» **Work to be completed**:
Output the line containing "# Sketch5 → Cut-Extrude3 (cut)", then every remaining line of the entries below, exactly as written and with no other text.

» **Dataset entries**:
#####

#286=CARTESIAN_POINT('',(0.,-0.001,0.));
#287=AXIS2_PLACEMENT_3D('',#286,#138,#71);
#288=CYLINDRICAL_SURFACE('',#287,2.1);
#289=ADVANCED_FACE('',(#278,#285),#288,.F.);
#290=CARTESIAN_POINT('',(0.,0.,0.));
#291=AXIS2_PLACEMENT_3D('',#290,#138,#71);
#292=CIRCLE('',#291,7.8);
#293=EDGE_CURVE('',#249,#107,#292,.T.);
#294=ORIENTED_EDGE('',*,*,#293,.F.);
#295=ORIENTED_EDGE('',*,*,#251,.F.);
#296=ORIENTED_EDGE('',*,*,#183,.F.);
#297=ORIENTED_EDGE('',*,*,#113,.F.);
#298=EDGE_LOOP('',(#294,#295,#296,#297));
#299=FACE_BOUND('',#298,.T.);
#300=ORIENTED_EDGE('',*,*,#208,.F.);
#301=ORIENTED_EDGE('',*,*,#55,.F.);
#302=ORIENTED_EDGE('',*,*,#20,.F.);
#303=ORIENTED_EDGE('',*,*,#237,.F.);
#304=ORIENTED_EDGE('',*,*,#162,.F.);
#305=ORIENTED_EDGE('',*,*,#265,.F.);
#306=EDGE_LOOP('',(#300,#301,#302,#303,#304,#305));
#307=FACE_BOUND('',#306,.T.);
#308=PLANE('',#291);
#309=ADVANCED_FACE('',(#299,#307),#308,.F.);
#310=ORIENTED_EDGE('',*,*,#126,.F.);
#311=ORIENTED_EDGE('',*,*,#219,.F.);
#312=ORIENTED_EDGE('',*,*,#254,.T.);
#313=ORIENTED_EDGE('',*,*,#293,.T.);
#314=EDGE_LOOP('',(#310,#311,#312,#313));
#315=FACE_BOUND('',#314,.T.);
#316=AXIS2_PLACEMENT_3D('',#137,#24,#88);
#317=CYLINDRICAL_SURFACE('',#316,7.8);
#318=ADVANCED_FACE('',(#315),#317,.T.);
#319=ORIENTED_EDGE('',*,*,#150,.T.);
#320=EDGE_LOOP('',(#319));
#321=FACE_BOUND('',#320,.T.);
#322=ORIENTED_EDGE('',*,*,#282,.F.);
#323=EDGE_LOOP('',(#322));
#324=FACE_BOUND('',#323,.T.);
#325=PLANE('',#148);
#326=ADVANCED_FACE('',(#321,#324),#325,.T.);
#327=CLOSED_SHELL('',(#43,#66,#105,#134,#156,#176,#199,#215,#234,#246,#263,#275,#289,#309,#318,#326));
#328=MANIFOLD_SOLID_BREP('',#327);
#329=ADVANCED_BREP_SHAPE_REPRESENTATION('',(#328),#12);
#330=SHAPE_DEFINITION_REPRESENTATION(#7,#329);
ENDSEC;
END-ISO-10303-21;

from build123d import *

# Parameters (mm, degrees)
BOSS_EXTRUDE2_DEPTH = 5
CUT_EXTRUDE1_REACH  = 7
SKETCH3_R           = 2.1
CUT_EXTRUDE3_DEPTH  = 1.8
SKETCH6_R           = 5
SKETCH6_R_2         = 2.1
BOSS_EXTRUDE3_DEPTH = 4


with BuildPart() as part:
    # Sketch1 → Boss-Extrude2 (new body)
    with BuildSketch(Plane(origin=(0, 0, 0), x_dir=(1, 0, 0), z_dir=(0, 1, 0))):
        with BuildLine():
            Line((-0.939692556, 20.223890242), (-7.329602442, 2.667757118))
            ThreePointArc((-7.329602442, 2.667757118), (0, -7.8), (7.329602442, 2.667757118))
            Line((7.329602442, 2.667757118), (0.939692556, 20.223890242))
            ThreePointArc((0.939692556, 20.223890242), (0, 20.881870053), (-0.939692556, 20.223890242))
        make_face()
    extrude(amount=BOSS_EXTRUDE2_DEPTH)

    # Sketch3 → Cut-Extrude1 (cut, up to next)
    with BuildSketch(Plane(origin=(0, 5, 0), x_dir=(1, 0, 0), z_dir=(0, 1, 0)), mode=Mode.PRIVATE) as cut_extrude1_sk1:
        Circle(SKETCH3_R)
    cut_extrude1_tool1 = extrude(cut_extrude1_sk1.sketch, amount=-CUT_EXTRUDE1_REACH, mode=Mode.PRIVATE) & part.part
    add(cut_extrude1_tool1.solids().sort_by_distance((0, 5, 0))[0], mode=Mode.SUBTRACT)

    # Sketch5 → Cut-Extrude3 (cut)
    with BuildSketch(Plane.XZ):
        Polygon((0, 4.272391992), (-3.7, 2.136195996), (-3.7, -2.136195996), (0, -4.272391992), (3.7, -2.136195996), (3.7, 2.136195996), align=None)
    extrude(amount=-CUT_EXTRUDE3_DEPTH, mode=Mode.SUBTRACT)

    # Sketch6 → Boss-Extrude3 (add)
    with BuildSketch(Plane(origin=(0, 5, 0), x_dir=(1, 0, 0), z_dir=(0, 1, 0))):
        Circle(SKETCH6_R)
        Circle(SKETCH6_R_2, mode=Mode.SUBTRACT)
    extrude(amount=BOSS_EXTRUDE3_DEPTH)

#####

» **Solution below**:
    # Sketch5 → Cut-Extrude3 (cut)
    with BuildSketch(Plane.XZ):
        Polygon((0, 4.272391992), (-3.7, 2.136195996), (-3.7, -2.136195996), (0, -4.272391992), (3.7, -2.136195996), (3.7, 2.136195996), align=None)
    extrude(amount=-CUT_EXTRUDE3_DEPTH, mode=Mode.SUBTRACT)

    # Sketch6 → Boss-Extrude3 (add)
    with BuildSketch(Plane(origin=(0, 5, 0), x_dir=(1, 0, 0), z_dir=(0, 1, 0))):
        Circle(SKETCH6_R)
        Circle(SKETCH6_R_2, mode=Mode.SUBTRACT)
    extrude(amount=BOSS_EXTRUDE3_DEPTH)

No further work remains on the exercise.